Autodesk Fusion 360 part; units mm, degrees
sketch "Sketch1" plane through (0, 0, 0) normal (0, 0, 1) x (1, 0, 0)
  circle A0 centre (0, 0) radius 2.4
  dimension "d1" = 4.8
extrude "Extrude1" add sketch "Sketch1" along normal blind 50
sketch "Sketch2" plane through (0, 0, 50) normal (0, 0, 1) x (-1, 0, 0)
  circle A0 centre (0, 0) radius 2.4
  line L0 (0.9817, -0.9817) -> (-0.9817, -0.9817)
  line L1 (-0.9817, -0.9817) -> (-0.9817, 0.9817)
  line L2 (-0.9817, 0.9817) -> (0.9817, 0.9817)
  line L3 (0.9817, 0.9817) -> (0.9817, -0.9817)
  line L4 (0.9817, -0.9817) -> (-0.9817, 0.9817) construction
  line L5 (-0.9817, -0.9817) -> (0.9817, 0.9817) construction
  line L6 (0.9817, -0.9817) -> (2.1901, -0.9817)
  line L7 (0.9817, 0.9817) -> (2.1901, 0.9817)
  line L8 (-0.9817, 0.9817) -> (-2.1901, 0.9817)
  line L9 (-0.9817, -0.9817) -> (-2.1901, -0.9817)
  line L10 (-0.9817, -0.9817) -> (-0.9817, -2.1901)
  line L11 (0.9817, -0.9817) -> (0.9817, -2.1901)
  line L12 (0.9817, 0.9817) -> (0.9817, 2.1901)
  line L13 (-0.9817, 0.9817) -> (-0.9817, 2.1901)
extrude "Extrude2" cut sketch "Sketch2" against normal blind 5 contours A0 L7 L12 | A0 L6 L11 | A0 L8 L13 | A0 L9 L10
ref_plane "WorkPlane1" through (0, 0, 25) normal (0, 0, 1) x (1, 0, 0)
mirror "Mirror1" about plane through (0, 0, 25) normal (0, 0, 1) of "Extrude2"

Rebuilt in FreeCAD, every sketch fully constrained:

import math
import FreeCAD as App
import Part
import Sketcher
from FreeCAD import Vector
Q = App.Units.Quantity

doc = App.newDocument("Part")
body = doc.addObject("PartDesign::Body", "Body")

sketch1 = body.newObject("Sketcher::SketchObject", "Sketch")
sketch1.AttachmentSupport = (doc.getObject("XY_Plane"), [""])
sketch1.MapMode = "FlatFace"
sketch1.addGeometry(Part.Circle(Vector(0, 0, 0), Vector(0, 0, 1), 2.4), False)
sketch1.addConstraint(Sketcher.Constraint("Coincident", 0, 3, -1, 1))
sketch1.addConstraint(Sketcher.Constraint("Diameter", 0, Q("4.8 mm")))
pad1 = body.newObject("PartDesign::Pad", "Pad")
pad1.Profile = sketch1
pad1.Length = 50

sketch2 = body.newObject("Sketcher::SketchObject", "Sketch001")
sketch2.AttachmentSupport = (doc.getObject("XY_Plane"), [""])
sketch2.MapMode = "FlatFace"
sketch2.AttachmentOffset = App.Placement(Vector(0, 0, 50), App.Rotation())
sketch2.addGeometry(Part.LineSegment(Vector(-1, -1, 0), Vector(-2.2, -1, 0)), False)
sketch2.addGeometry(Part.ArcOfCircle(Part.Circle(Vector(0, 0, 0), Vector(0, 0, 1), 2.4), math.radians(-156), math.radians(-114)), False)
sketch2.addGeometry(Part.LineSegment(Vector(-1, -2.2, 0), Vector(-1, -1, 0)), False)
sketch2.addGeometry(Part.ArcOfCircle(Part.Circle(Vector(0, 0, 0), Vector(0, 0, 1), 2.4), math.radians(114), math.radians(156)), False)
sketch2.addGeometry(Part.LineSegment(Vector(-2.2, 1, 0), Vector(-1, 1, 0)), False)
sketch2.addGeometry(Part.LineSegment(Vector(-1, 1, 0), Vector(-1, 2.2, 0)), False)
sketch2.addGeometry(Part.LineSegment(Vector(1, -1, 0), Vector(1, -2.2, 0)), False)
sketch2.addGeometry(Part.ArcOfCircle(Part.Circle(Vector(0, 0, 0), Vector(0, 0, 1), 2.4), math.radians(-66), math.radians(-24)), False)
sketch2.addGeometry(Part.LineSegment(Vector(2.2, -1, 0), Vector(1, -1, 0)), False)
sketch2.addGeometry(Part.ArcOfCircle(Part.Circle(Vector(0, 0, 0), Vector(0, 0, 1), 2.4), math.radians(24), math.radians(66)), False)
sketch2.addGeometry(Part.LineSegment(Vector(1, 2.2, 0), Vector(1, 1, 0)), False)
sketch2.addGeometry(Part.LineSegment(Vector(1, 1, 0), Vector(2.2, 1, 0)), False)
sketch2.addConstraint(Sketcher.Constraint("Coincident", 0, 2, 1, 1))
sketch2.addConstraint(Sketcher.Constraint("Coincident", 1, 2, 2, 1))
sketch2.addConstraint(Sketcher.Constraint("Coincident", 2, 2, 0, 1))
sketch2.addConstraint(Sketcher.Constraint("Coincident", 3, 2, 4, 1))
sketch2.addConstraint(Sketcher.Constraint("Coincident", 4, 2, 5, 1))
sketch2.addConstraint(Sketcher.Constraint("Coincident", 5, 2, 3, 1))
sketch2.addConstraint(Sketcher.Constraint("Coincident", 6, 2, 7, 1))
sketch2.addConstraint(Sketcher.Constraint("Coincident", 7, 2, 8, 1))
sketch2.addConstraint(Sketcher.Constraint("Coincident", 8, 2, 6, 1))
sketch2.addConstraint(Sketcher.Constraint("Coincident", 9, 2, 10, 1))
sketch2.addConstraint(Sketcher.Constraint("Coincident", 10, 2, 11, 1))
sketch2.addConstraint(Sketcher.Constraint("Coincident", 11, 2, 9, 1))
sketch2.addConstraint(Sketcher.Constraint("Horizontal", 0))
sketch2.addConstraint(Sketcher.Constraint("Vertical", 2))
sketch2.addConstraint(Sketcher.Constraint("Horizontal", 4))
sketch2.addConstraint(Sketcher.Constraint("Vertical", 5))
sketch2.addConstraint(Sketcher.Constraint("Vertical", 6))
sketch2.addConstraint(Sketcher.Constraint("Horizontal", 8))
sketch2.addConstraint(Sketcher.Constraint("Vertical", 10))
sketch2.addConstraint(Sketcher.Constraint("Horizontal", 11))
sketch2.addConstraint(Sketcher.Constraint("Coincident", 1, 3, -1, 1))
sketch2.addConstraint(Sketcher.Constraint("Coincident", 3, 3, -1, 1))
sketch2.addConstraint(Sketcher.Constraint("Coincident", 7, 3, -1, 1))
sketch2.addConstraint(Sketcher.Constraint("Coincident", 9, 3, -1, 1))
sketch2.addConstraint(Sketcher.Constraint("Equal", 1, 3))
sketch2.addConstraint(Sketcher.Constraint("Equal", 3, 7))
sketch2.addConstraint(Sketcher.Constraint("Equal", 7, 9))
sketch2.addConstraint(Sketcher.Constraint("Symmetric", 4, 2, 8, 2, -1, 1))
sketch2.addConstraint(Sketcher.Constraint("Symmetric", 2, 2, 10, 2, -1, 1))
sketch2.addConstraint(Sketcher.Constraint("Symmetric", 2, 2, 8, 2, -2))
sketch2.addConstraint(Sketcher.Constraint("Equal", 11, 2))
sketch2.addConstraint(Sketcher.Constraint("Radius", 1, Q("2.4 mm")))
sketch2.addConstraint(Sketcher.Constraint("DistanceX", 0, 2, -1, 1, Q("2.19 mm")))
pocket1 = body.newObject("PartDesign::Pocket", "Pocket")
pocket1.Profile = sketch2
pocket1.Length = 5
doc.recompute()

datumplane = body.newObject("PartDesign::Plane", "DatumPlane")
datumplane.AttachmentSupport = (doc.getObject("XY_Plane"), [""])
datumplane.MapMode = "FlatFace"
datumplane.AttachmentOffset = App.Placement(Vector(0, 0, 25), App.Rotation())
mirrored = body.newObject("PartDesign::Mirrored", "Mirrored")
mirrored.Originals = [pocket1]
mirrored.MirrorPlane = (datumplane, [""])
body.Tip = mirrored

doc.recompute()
+--
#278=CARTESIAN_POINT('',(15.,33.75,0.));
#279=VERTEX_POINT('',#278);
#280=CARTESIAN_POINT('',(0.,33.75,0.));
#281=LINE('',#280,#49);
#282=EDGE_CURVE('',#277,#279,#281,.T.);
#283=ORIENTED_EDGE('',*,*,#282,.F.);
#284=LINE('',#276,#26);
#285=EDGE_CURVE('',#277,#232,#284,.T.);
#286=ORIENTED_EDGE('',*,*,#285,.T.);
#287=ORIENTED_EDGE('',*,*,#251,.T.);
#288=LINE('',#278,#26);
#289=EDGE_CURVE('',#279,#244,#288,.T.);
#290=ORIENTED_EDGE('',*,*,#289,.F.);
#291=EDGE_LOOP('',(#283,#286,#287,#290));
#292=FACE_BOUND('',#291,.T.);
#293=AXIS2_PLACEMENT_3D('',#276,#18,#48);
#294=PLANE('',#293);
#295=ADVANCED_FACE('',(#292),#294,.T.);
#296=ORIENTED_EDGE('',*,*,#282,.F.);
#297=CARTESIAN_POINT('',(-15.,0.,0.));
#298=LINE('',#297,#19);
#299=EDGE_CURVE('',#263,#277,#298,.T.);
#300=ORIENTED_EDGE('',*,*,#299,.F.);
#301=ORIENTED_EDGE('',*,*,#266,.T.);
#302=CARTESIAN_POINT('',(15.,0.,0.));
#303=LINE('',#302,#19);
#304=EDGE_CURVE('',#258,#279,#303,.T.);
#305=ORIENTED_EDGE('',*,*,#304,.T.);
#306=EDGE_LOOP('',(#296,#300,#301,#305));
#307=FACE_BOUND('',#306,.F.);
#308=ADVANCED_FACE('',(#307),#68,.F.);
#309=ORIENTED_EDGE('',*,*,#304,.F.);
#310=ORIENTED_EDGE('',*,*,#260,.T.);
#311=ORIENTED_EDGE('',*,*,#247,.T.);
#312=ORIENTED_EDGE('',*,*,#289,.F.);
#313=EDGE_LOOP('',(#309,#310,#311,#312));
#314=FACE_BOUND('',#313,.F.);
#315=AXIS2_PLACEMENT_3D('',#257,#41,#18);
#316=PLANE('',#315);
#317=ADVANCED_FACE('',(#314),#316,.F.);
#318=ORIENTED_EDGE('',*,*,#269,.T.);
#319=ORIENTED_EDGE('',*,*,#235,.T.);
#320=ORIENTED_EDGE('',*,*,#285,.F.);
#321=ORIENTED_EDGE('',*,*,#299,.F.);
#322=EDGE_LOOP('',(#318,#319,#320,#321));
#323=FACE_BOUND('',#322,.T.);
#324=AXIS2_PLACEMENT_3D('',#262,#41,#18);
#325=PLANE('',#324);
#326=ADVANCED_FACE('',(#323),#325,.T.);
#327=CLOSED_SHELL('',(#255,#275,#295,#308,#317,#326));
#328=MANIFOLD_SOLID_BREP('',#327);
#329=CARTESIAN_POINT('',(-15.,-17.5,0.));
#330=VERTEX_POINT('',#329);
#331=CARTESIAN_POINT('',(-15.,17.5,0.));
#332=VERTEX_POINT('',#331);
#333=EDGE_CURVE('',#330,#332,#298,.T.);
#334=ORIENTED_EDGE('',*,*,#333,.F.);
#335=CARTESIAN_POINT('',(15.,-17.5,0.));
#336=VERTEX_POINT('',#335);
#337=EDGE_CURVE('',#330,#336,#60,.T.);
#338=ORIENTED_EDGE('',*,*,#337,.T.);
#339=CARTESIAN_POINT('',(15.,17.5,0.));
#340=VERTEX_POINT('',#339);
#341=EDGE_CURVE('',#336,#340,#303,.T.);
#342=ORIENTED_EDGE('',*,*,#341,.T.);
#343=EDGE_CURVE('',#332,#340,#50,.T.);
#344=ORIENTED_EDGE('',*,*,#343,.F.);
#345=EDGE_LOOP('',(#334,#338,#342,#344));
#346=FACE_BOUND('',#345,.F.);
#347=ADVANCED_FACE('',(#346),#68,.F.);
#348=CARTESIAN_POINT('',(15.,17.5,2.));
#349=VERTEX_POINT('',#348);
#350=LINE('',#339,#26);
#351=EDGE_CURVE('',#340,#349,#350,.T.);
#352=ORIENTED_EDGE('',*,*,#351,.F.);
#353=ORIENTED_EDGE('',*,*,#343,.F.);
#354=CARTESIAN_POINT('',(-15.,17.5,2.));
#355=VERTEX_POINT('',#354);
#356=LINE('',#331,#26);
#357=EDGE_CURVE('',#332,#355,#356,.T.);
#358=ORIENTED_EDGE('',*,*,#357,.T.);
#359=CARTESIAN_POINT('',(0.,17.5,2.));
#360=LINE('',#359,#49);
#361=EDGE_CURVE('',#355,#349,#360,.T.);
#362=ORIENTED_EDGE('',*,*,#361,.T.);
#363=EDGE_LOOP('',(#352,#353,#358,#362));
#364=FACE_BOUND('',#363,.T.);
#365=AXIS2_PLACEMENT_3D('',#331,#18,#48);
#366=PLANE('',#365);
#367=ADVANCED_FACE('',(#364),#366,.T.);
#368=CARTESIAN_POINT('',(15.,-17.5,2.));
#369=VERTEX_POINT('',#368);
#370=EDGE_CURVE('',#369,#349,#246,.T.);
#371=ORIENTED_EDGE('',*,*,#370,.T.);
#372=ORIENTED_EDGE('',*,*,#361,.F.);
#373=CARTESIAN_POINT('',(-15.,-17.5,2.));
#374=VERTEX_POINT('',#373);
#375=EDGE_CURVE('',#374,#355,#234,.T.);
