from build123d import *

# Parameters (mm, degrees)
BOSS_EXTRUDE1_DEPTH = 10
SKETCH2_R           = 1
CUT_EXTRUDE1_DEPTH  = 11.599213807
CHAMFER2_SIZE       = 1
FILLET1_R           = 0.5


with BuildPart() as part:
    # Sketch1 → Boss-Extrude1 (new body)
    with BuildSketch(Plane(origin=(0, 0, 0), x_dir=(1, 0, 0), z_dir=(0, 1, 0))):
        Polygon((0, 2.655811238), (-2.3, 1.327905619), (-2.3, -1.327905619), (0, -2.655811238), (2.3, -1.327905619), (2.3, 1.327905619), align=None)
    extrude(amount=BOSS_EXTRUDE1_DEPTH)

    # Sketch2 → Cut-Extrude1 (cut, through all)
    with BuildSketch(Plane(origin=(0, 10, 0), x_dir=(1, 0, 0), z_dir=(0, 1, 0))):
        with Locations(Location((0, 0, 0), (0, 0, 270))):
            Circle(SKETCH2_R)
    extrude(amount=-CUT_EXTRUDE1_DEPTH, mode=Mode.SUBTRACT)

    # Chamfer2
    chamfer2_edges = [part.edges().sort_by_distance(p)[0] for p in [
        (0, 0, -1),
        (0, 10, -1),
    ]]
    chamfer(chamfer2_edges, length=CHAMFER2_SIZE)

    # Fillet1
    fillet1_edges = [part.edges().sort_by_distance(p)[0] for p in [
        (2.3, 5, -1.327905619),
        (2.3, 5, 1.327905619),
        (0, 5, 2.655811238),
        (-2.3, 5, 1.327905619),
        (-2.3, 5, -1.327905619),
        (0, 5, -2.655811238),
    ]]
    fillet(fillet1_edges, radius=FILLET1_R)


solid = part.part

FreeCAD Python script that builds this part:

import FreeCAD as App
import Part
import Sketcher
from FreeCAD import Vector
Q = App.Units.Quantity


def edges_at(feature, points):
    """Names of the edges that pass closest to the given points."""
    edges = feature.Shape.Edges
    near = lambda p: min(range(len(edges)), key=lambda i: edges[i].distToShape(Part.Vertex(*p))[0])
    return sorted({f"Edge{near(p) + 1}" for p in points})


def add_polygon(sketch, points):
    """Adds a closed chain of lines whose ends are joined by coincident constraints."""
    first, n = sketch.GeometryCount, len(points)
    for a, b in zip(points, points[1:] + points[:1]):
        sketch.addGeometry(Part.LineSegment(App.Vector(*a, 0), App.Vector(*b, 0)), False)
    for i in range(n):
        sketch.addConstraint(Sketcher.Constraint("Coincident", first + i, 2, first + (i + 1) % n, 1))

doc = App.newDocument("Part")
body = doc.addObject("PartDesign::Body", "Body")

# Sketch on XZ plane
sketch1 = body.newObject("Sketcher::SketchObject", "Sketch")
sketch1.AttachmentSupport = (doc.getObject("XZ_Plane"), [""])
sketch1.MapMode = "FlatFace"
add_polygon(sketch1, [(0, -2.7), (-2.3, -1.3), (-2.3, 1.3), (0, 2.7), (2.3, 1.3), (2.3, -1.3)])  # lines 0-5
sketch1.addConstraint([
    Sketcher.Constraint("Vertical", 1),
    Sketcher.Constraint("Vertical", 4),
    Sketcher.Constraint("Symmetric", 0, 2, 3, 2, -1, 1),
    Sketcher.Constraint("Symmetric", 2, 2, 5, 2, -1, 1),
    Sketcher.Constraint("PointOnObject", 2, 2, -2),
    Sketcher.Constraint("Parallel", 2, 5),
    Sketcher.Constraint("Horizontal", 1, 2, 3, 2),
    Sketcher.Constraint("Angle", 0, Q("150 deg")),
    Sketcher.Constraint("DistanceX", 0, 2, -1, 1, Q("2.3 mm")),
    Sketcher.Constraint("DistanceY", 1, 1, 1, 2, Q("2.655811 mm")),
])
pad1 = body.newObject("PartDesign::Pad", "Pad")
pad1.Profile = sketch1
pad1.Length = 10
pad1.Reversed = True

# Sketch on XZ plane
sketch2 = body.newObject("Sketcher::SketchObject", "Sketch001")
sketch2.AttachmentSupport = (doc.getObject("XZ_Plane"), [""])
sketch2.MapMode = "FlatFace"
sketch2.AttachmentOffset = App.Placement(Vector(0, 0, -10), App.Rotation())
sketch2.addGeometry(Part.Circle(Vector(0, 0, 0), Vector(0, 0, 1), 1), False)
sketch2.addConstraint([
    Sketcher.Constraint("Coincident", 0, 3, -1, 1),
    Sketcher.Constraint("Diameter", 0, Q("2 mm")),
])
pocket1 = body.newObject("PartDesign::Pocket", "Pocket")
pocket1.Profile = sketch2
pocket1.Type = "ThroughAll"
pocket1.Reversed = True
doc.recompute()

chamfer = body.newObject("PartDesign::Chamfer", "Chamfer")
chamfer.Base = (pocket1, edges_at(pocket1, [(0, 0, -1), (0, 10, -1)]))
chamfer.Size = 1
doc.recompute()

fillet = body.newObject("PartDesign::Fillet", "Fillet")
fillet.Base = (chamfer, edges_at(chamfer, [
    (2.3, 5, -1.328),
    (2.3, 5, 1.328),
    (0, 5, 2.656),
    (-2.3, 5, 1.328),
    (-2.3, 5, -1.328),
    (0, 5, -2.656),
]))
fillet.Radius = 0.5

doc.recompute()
+--
# ABOUT THIS TASK
Print exactly the lines above, between the one holding "line L5 (-0.9817, -0.9817)" and the one holding "line L10 (-0.9817, -0.9817)", inclusive, and nothing besides.

# ANSWER TO THIS PROBLEM
  line L5 (-0.9817, -0.9817) -> (0.9817, 0.9817) construction
  line L6 (0.9817, -0.9817) -> (2.1901, -0.9817)
  line L7 (0.9817, 0.9817) -> (2.1901, 0.9817)
  line L8 (-0.9817, 0.9817) -> (-2.1901, 0.9817)
  line L9 (-0.9817, -0.9817) -> (-2.1901, -0.9817)
  line L10 (-0.9817, -0.9817) -> (-0.9817, -2.1901)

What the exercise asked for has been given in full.